The original/raw tuatarta genotypes were obtained at seven microsatellite loci collected from 272 individuals sampled from Takapourewa/Stephens Island, New Zealand between March 2003–March 2007. Sampling occurred at eight sites on the island and was distributed throughout the available remnant forest and pasture landcover types.

For simulated tuatara and eastern massasauga microsatellite genotypes we used program BOTTLESIM to to simulate multiple bottleneck scenarios for each species. For all simulations, we performed 1,000 iterations and set the reproductive system as dioecy with random mating, a 1:1 sex ratio, and 100% generational overlap.

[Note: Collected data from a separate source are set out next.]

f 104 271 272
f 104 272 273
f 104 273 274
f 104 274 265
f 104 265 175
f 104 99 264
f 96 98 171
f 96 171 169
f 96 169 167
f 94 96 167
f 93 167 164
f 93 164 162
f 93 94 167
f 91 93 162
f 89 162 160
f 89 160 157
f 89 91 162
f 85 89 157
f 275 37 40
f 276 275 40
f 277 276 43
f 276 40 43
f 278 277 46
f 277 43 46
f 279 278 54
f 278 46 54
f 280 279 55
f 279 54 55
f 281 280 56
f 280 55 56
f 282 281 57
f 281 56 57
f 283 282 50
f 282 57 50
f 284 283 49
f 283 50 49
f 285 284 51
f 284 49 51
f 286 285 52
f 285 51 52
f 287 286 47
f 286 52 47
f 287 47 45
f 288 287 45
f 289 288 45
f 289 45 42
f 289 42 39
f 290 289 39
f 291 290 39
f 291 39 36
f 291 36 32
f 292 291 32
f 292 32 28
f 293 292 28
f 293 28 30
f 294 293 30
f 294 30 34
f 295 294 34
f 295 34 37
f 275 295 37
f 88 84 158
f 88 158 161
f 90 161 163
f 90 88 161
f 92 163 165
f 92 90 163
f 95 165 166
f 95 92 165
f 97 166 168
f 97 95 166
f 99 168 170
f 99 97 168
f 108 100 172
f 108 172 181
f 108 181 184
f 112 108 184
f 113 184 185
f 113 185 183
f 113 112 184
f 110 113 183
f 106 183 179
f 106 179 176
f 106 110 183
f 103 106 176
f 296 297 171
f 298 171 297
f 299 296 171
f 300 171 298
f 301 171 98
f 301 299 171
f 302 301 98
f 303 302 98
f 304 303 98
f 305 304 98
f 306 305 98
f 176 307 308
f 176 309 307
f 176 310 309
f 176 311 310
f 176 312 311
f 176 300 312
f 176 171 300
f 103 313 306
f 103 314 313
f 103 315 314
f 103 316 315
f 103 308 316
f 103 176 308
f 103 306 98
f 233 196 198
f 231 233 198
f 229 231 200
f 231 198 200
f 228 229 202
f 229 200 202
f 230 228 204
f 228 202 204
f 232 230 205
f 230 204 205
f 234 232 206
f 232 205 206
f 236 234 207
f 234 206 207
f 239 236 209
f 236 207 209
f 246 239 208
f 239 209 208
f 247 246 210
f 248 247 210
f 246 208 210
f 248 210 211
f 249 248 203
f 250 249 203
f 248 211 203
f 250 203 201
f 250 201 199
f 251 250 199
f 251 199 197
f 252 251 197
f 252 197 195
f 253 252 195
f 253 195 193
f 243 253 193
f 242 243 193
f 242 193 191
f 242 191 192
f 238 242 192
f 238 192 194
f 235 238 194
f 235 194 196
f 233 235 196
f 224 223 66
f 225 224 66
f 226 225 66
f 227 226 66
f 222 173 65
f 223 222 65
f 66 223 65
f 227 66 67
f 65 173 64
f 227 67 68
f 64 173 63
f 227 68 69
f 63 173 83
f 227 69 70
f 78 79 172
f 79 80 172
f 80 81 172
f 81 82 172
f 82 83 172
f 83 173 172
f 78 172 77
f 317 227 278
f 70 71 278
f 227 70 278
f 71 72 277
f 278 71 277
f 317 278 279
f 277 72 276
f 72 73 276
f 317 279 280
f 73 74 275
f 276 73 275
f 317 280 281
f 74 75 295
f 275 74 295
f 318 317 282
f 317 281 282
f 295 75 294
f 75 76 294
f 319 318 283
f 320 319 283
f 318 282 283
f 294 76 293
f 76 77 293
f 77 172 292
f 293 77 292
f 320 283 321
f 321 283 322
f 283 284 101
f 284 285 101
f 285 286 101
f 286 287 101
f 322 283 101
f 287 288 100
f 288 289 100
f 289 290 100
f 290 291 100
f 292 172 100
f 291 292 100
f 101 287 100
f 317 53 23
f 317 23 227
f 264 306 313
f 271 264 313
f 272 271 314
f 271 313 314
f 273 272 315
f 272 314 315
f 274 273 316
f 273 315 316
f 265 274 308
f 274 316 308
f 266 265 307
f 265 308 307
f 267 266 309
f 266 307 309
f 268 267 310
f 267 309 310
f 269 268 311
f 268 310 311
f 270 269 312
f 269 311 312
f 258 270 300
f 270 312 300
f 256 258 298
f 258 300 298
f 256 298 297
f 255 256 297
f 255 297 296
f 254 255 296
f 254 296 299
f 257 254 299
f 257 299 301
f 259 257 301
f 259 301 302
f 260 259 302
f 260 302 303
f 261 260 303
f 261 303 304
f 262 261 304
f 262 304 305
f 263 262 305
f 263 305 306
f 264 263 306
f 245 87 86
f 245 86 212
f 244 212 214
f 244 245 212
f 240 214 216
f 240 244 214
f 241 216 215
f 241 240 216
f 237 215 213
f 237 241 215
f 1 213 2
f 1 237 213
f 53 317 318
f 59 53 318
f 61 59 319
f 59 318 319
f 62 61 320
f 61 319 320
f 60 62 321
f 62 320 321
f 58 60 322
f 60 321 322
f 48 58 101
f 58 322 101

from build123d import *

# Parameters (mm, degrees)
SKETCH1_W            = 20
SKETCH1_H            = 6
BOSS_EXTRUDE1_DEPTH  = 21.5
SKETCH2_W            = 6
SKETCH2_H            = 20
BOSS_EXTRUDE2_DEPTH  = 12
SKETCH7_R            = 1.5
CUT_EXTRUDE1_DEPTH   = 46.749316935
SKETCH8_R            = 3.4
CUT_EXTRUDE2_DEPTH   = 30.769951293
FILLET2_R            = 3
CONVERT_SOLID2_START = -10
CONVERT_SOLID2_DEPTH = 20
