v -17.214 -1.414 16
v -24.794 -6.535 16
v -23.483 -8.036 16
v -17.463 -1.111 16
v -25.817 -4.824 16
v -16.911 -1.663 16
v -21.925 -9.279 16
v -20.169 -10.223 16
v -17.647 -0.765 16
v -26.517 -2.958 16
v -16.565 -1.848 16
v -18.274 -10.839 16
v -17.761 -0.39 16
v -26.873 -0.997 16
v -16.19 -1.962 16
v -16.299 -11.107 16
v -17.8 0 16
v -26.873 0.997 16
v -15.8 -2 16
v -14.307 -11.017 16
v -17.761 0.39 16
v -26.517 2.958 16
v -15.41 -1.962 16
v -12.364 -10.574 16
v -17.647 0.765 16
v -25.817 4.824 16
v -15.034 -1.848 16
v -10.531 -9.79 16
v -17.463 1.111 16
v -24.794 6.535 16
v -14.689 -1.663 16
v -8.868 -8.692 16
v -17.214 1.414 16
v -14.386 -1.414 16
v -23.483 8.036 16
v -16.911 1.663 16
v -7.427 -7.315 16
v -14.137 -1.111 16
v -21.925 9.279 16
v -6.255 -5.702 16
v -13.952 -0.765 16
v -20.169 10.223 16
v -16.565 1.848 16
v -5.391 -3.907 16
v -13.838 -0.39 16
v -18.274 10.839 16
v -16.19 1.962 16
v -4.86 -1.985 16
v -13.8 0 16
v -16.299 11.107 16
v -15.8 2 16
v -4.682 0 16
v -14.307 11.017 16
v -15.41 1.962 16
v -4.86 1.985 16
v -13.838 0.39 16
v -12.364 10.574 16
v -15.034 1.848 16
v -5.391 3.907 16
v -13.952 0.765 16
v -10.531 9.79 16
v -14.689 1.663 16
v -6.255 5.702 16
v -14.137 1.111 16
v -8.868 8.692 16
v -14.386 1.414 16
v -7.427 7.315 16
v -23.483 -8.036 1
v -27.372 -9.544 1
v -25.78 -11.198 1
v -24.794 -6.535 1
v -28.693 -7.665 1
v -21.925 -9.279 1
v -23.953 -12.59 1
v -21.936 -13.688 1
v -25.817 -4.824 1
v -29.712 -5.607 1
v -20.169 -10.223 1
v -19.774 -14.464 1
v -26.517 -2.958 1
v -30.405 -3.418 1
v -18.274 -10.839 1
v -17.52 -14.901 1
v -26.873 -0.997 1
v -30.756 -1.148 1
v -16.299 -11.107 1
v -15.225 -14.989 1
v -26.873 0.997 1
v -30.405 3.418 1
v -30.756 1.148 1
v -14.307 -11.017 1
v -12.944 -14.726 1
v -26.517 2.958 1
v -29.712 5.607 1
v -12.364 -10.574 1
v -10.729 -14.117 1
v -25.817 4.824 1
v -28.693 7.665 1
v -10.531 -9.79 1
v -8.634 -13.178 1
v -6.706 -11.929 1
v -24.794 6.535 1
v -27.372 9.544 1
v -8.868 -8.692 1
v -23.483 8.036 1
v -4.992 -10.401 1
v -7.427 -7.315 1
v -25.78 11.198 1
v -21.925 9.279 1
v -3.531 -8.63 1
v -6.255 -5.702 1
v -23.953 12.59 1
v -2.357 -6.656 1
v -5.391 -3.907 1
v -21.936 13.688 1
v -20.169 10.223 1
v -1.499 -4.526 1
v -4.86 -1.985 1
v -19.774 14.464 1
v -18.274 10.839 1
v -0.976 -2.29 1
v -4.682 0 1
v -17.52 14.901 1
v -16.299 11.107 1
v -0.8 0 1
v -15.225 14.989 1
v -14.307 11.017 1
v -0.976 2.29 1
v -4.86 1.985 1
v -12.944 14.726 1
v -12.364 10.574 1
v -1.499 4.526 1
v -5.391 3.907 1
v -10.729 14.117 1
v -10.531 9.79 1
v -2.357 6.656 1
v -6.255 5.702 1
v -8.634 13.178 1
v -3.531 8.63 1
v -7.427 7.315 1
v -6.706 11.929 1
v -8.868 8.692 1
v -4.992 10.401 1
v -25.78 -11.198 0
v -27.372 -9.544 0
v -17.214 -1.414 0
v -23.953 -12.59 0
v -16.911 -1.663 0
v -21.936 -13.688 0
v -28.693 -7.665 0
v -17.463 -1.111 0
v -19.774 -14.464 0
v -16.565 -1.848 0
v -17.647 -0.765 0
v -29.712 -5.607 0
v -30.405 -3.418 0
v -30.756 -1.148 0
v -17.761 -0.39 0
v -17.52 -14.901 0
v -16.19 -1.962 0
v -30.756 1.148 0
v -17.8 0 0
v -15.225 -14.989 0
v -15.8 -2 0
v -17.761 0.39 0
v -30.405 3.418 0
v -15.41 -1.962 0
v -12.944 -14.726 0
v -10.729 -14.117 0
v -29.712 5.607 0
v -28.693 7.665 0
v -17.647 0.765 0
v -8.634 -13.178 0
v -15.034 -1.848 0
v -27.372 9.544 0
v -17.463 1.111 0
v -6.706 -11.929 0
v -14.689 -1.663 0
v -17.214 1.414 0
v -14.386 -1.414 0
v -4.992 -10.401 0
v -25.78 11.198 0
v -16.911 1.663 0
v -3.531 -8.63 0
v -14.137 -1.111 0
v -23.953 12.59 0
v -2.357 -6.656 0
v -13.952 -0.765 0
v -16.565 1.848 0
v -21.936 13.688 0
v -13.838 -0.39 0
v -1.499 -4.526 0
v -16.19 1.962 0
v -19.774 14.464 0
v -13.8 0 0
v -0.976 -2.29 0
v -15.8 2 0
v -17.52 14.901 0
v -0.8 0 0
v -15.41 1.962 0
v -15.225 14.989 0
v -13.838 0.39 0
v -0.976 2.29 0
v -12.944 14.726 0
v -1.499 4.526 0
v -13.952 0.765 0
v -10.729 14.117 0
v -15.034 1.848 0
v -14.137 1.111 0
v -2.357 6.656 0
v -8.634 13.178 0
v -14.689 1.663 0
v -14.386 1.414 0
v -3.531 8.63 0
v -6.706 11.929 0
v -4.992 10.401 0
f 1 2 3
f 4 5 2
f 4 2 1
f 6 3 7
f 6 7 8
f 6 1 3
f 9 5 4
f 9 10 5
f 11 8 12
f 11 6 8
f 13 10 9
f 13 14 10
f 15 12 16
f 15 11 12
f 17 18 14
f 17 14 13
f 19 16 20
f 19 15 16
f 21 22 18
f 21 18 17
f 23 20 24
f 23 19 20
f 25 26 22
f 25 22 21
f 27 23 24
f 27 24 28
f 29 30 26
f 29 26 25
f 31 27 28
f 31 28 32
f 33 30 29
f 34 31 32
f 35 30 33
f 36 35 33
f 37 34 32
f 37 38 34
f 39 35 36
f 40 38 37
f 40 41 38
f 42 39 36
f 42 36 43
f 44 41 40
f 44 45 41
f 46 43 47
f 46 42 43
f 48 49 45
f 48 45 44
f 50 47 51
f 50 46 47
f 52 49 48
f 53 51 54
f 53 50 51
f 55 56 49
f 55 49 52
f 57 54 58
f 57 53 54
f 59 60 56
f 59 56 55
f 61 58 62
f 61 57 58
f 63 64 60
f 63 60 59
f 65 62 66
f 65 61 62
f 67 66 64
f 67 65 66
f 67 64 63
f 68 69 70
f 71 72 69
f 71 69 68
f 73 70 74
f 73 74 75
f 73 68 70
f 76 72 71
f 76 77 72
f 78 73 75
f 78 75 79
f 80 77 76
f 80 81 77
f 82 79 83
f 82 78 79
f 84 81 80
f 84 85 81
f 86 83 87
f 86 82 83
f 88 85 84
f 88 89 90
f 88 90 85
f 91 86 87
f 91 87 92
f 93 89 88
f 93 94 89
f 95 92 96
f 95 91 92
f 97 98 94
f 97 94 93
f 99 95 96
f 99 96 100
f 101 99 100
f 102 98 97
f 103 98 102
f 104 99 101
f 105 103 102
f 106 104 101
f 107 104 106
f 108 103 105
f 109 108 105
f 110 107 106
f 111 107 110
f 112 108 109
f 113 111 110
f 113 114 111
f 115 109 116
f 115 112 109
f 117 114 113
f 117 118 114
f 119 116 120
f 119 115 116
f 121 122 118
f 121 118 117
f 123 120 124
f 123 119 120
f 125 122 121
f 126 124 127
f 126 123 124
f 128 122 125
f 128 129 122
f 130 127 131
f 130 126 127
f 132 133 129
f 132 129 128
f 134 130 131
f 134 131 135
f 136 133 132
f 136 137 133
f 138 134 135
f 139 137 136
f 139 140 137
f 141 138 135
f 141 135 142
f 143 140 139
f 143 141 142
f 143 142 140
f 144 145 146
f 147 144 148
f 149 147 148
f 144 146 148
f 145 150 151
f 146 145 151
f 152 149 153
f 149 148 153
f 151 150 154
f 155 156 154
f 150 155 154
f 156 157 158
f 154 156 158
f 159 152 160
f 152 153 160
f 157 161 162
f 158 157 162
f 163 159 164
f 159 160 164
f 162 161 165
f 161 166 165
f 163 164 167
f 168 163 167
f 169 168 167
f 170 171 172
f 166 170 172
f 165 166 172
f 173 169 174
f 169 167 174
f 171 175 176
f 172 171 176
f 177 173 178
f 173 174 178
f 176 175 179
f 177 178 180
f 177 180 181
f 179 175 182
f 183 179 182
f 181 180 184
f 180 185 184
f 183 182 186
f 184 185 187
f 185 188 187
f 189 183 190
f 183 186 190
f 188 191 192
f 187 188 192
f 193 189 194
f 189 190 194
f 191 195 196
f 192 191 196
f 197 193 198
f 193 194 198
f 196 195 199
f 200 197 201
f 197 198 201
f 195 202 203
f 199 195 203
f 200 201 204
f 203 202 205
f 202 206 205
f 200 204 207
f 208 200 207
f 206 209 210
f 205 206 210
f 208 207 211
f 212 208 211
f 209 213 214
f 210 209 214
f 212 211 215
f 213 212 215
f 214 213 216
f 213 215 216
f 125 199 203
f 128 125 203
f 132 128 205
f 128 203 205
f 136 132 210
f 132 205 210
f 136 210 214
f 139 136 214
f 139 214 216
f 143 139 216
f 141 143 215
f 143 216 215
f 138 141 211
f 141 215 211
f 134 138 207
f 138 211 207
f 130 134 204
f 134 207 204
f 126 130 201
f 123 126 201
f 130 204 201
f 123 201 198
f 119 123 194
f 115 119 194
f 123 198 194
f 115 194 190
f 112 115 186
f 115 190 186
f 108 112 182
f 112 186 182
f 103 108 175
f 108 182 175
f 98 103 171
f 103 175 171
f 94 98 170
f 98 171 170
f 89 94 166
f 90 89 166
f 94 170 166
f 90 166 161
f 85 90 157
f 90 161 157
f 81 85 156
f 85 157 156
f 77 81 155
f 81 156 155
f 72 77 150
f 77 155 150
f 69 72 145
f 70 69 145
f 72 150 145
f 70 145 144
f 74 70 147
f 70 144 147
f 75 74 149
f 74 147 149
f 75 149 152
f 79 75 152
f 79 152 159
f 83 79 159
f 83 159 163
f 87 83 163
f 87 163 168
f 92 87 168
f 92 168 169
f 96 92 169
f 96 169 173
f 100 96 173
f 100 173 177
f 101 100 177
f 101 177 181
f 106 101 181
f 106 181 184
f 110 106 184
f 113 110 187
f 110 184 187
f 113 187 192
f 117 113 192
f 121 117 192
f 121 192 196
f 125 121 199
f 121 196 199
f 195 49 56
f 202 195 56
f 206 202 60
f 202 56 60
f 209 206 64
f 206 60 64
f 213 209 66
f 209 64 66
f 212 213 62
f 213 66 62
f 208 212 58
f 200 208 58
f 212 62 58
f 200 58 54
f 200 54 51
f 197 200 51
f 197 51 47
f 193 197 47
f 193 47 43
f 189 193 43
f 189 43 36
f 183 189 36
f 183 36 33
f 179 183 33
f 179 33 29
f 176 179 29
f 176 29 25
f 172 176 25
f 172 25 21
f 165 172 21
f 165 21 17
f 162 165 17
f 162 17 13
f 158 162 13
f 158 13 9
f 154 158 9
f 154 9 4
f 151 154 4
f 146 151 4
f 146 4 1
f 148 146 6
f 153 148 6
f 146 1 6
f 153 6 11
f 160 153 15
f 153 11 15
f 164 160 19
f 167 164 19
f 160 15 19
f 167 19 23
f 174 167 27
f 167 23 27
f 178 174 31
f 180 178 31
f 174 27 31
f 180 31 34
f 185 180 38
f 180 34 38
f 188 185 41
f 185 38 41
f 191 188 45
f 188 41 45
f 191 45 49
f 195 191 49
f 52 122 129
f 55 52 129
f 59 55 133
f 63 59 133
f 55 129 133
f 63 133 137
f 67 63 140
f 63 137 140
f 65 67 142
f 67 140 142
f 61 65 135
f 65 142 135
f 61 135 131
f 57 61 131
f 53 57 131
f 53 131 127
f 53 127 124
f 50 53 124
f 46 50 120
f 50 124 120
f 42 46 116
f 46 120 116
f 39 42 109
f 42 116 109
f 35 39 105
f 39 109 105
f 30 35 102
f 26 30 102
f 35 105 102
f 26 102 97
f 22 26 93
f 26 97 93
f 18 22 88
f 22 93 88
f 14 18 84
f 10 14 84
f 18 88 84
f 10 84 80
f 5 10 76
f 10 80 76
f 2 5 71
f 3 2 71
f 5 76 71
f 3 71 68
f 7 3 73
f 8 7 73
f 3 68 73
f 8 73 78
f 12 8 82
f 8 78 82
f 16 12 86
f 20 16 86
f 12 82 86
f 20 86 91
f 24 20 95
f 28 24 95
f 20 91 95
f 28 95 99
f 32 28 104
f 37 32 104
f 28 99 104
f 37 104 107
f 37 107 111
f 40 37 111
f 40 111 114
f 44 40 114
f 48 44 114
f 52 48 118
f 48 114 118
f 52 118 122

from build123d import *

# Parameters (mm, degrees)
IZIM1_R                     = 15
Y_KSEKLIK_EKSTR_ZYON1_DEPTH = 1
IZIM2_R                     = 11.118013459
Y_KSEKLIK_EKSTR_ZYON2_DEPTH = 15
IZIM3_R                     = 2
KES_EKSTR_ZYON1_DEPTH       = 38.810359459


with BuildPart() as part:
    # Çizim1 → Yükseklik-Ekstrüzyon1 (new body)
    with BuildSketch(Plane.XY):
        with Locations((-15.799728609, 0)):
            Circle(IZIM1_R)
    extrude(amount=Y_KSEKLIK_EKSTR_ZYON1_DEPTH)

    # Çizim2 → Yükseklik-Ekstrüzyon2 (add)
    with BuildSketch(Plane.XY.offset(1)):
        with Locations((-15.799728609, 0)):
            Circle(IZIM2_R)
    extrude(amount=Y_KSEKLIK_EKSTR_ZYON2_DEPTH)

    # Çizim3 → Kes-Ekstrüzyon1 (cut, through all)
    with BuildSketch(Plane.XY.offset(16)):
        with Locations((-15.799728609, 0)):
            Circle(IZIM3_R)
    extrude(amount=-KES_EKSTR_ZYON1_DEPTH, mode=Mode.SUBTRACT)


solid = part.part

For simulation dataset 1, simulations varied by 1) length of time (tB): 50, 100, and 200 years, 2) starting population size (N0): estimated census population size and one order of magnitude above and below, and 3) bottlenecked population size (NB): 20, 50, 100, 1000, and N0 (the lattermost NB = N0 scenario representing a constant population size with no bottleneck). For eastern massasauga simulations, we assumed a census population size of 6,300 individuals, age of sexual maturity of 5 years, and longevity of 12 years. For tuatara simulations, we assumed a census population size of 25,000 individuals, age of sexual maturity of 14 years, and longevity of 80 years.

For simulation dataset 2, we randomly selected seven loci from the eastern massasauga dataset. Using this reduced dataset, we conducted a set of simulations with the same values for tB and NB as described above and set N0 equal to estimated census population size.

For simulation dataset 3, we simulated bottlenecks using the values for tB and NB described above and set N0 equal to estimated census population size for each species. Age of sexual maturity and longevity were set at 10 years and 50 years, respectively, for both species.

Usage Notes

All datasets are in Genepop format and missing data are indicated with 000000.